- _Your objective_
Starting at the first line of the entries below, output every line exactly, up to and including the line with "e151 -e200 -e49]".

Stored entries:
◇ ◇ ◇
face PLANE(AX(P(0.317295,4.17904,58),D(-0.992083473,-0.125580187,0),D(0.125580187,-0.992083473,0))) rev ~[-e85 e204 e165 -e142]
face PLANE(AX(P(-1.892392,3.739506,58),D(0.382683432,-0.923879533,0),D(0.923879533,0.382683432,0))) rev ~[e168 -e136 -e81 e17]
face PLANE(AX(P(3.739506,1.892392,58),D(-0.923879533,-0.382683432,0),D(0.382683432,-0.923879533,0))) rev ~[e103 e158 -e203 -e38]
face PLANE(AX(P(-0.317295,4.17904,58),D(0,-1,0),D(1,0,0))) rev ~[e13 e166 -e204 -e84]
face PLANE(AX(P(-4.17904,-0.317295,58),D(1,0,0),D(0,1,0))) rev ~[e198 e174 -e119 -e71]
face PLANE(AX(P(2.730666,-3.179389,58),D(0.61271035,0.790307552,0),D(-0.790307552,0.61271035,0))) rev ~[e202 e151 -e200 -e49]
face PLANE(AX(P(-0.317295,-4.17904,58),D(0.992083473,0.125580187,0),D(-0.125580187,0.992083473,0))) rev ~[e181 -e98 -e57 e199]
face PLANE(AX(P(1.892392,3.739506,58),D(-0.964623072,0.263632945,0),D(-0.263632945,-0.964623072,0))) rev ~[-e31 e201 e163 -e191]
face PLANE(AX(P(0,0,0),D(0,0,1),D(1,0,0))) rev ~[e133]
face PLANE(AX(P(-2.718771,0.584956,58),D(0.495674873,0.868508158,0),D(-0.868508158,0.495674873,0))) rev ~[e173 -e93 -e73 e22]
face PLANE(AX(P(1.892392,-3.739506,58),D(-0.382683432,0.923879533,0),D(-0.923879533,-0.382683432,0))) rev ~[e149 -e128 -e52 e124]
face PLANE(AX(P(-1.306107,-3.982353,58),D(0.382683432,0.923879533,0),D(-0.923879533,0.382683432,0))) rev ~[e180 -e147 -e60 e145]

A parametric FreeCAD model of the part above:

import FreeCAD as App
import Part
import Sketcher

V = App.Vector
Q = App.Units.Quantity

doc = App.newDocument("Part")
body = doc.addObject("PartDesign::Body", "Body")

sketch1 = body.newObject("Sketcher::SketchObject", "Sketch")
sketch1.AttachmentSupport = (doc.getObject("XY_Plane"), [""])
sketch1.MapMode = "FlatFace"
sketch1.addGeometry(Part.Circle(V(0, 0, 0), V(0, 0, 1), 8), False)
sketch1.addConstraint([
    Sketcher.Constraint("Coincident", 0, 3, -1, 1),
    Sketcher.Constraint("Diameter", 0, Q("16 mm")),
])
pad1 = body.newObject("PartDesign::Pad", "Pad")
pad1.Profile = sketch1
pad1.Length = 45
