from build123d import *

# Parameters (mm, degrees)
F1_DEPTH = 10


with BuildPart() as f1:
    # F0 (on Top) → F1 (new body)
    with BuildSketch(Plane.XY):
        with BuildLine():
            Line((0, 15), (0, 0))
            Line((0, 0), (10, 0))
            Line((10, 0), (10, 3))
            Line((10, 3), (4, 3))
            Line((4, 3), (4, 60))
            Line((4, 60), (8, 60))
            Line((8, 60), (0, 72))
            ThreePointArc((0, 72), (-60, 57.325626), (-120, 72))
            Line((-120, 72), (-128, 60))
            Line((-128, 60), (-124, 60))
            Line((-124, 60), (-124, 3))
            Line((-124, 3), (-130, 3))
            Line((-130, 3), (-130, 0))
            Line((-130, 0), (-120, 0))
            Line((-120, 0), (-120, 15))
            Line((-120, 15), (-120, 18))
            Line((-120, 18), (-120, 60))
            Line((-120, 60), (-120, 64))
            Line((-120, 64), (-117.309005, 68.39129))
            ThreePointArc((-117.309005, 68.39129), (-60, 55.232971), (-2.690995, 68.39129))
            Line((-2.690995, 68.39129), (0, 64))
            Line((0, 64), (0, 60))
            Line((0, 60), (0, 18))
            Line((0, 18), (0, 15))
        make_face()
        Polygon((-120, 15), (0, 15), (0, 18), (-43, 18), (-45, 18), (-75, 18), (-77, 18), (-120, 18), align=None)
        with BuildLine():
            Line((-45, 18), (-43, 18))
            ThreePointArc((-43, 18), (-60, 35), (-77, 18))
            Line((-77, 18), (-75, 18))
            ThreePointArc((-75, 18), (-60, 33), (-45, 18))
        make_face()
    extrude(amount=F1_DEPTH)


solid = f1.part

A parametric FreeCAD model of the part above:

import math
import FreeCAD as App
import Part
import Sketcher

V = App.Vector

doc = App.newDocument("Part")
params = doc.addObject("Spreadsheet::Sheet", "Params")
for row, (alias, value) in enumerate([
    ("sketch1_radius", "130 mm"),
    ("sketch1_radius2", "17 mm"),
    ("sketch1_radius3", "15 mm"),
    ("sketch1_width", "10 mm"),
    ("sketch1_width2", "6 mm"),
    ("pad1_length", "10 mm"),
], start=1):
    params.set(f"A{row}", alias)
    params.set(f"B{row}", "=" + value)
    params.setAlias(f"B{row}", alias)

body = doc.addObject("PartDesign::Body", "Body")

# Sketch on XY plane
sketch1 = body.newObject("Sketcher::SketchObject", "Sketch")
sketch1.AttachmentSupport = (doc.getObject("XY_Plane"), [""])
sketch1.MapMode = "FlatFace"
sketch1.addGeometry([
    Part.LineSegment(V(0, 0, 0), V(10, 0, 0)),  # 0
    Part.LineSegment(V(10, 0, 0), V(10, 3, 0)),  # 1
    Part.LineSegment(V(10, 3, 0), V(4, 3, 0)),  # 2
    Part.LineSegment(V(4, 3, 0), V(4, 60, 0)),  # 3
    Part.LineSegment(V(4, 60, 0), V(8, 60, 0)),  # 4
    Part.LineSegment(V(8, 60, 0), V(0, 72, 0)),  # 5
    Part.ArcOfCircle(Part.Circle(V(-60, 187.3, 0), V(0, 0, 1), 130), math.radians(-117), math.radians(-63)),  # 6
    Part.LineSegment(V(-120, 72, 0), V(-128, 60, 0)),  # 7
    Part.LineSegment(V(-128, 60, 0), V(-124, 60, 0)),  # 8
    Part.LineSegment(V(-124, 60, 0), V(-124, 3, 0)),  # 9
    Part.LineSegment(V(-124, 3, 0), V(-130, 3, 0)),  # 10
    Part.LineSegment(V(-130, 3, 0), V(-130, 0, 0)),  # 11
    Part.LineSegment(V(-130, 0, 0), V(-120, 0, 0)),  # 12
    Part.LineSegment(V(-120, 0, 0), V(-120, 15, 0)),  # 13
    Part.LineSegment(V(-120, 15, 0), V(0, 15, 0)),  # 14
    Part.LineSegment(V(0, 15, 0), V(0, 0, 0)),  # 15
    Part.LineSegment(V(-120, 18, 0), V(-120, 64, 0)),  # 16
    Part.LineSegment(V(-120, 64, 0), V(-117.3, 68.4, 0)),  # 17
    Part.ArcOfCircle(Part.Circle(V(-60, 186.6, 0), V(0, 0, 1), 131.4), math.radians(-116), math.radians(-64)),  # 18
    Part.LineSegment(V(-2.7, 68.4, 0), V(0, 64, 0)),  # 19
    Part.LineSegment(V(0, 64, 0), V(0, 18, 0)),  # 20
    Part.LineSegment(V(0, 18, 0), V(-43, 18, 0)),  # 21
    Part.ArcOfCircle(Part.Circle(V(-60, 18, 0), V(0, 0, 1), 17), math.radians(0), math.radians(180)),  # 22
    Part.LineSegment(V(-77, 18, 0), V(-120, 18, 0)),  # 23
    Part.LineSegment(V(-45, 18, 0), V(-75, 18, 0)),  # 24
    Part.ArcOfCircle(Part.Circle(V(-60, 18, 0), V(0, 0, 1), 15), math.radians(0), math.radians(180)),  # 25
], False)
sketch1.addConstraint([
    Sketcher.Constraint("Coincident", 0, 2, 1, 1),
    Sketcher.Constraint("Coincident", 1, 2, 2, 1),
    Sketcher.Constraint("Coincident", 2, 2, 3, 1),
    Sketcher.Constraint("Coincident", 3, 2, 4, 1),
    Sketcher.Constraint("Coincident", 4, 2, 5, 1),
    Sketcher.Constraint("Coincident", 5, 2, 6, 2),
    Sketcher.Constraint("Coincident", 6, 1, 7, 1),
    Sketcher.Constraint("Coincident", 7, 2, 8, 1),
    Sketcher.Constraint("Coincident", 8, 2, 9, 1),
    Sketcher.Constraint("Coincident", 9, 2, 10, 1),
    Sketcher.Constraint("Coincident", 10, 2, 11, 1),
    Sketcher.Constraint("Coincident", 11, 2, 12, 1),
    Sketcher.Constraint("Coincident", 12, 2, 13, 1),
    Sketcher.Constraint("Coincident", 13, 2, 14, 1),
    Sketcher.Constraint("Coincident", 14, 2, 15, 1),
    Sketcher.Constraint("Coincident", 15, 2, 0, 1),
    Sketcher.Constraint("Coincident", 16, 2, 17, 1),
    Sketcher.Constraint("Coincident", 17, 2, 18, 1),
    Sketcher.Constraint("Coincident", 18, 2, 19, 1),
    Sketcher.Constraint("Coincident", 19, 2, 20, 1),
    Sketcher.Constraint("Coincident", 20, 2, 21, 1),
    Sketcher.Constraint("Coincident", 21, 2, 22, 1),
    Sketcher.Constraint("Coincident", 22, 2, 23, 1),
    Sketcher.Constraint("Coincident", 23, 2, 16, 1),
    Sketcher.Constraint("Coincident", 24, 1, 25, 1),
    Sketcher.Constraint("Coincident", 25, 2, 24, 2),
    Sketcher.Constraint("Horizontal", 0),
    Sketcher.Constraint("Vertical", 1),
    Sketcher.Constraint("Horizontal", 2),
    Sketcher.Constraint("Vertical", 3),
    Sketcher.Constraint("Horizontal", 4),
    Sketcher.Constraint("Horizontal", 8),
    Sketcher.Constraint("Vertical", 9),
    Sketcher.Constraint("Horizontal", 10),
    Sketcher.Constraint("Vertical", 11),
    Sketcher.Constraint("Horizontal", 12),
    Sketcher.Constraint("Vertical", 13),
    Sketcher.Constraint("Horizontal", 14),
    Sketcher.Constraint("Vertical", 15),
    Sketcher.Constraint("Vertical", 16),
    Sketcher.Constraint("Vertical", 20),
    Sketcher.Constraint("Horizontal", 21),
    Sketcher.Constraint("Horizontal", 23),
    Sketcher.Constraint("Horizontal", 24),
    Sketcher.Constraint("Coincident", 15, 2, -1, 1),
    Sketcher.Constraint("Coincident", 25, 3, 22, 3),
    Sketcher.Constraint("PointOnObject", 5, 2, -2),
    Sketcher.Constraint("PointOnObject", 11, 2, -1),
    Sketcher.Constraint("PointOnObject", 19, 2, -2),
    Sketcher.Constraint("Horizontal", 5, 2, 6, 1),
    Sketcher.Constraint("Horizontal", 4, 2, 7, 2),
    Sketcher.Constraint("Horizontal", 2, 2, 9, 2),
    Sketcher.Constraint("Horizontal", 17, 2, 18, 2),
    Sketcher.Constraint("Horizontal", 16, 2, 19, 2),
    Sketcher.Constraint("Horizontal", 25, 3, 20, 2),
    Sketcher.Constraint("Horizontal", 21, 2, 22, 2),
    Sketcher.Constraint("Horizontal", 23, 2, 24, 1),
    Sketcher.Constraint("Vertical", 6, 3, 18, 3),
    Sketcher.Constraint("Vertical", 18, 3, 22, 3),
    Sketcher.Constraint("Vertical", 6, 1, 12, 2),
    Sketcher.Constraint("Vertical", 13, 2, 16, 2),
    Sketcher.Constraint("Equal", 4, 8),
    Sketcher.Constraint("Equal", 2, 10),
    Sketcher.Constraint("Equal", 0, 12),
    Sketcher.Constraint("Radius", 6, 130.0),
    Sketcher.Constraint("Radius", 22, 17.0),
    Sketcher.Constraint("Radius", 25, 15.0),
    Sketcher.Constraint("DistanceX", 0, 1, 0, 2, 10.0),
    Sketcher.Constraint("DistanceX", 2, 2, 2, 1, 6.0),
    Sketcher.Constraint("DistanceX", 4, 1, 4, 2, 4.0),
    Sketcher.Constraint("DistanceX", 14, 1, 14, 2, 120.0),
    Sketcher.Constraint("DistanceY", 1, 1, 1, 2, 3.0),
    Sketcher.Constraint("DistanceY", 3, 1, 3, 2, 57.0),
    Sketcher.Constraint("DistanceY", 13, 1, 13, 2, 15.0),
    Sketcher.Constraint("DistanceY", 16, 1, 16, 2, 46.0),
    Sketcher.Constraint("DistanceY", -1, 1, 22, 3, 18.0),
    Sketcher.Constraint("DistanceY", -1, 1, 5, 2, 72.0),
    Sketcher.Constraint("Radius", 18, 131.379373),
    Sketcher.Constraint("Distance", 17, 5.150231),
    Sketcher.Constraint("DistanceY", -1, 1, 17, 2, 68.39129),
])
sketch1.setExpression("Constraints[64]", "Params.sketch1_radius")
sketch1.setExpression("Constraints[65]", "Params.sketch1_radius2")
sketch1.setExpression("Constraints[66]", "Params.sketch1_radius3")
sketch1.setExpression("Constraints[67]", "Params.sketch1_width")
sketch1.setExpression("Constraints[68]", "Params.sketch1_width2")
pad1 = body.newObject("PartDesign::Pad", "Pad")
pad1.Profile = sketch1
pad1.setExpression("Length", "Params.pad1_length")

doc.recompute()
◇ ◇ ◇
- _Task response_
face PLANE(AX(P(0.317295,4.17904,58),D(-0.992083473,-0.125580187,0),D(0.125580187,-0.992083473,0))) rev ~[-e85 e204 e165 -e142]
face PLANE(AX(P(-1.892392,3.739506,58),D(0.382683432,-0.923879533,0),D(0.923879533,0.382683432,0))) rev ~[e168 -e136 -e81 e17]
face PLANE(AX(P(3.739506,1.892392,58),D(-0.923879533,-0.382683432,0),D(0.382683432,-0.923879533,0))) rev ~[e103 e158 -e203 -e38]
face PLANE(AX(P(-0.317295,4.17904,58),D(0,-1,0),D(1,0,0))) rev ~[e13 e166 -e204 -e84]
face PLANE(AX(P(-4.17904,-0.317295,58),D(1,0,0),D(0,1,0))) rev ~[e198 e174 -e119 -e71]
face PLANE(AX(P(2.730666,-3.179389,58),D(0.61271035,0.790307552,0),D(-0.790307552,0.61271035,0))) rev ~[e202 e151 -e200 -e49]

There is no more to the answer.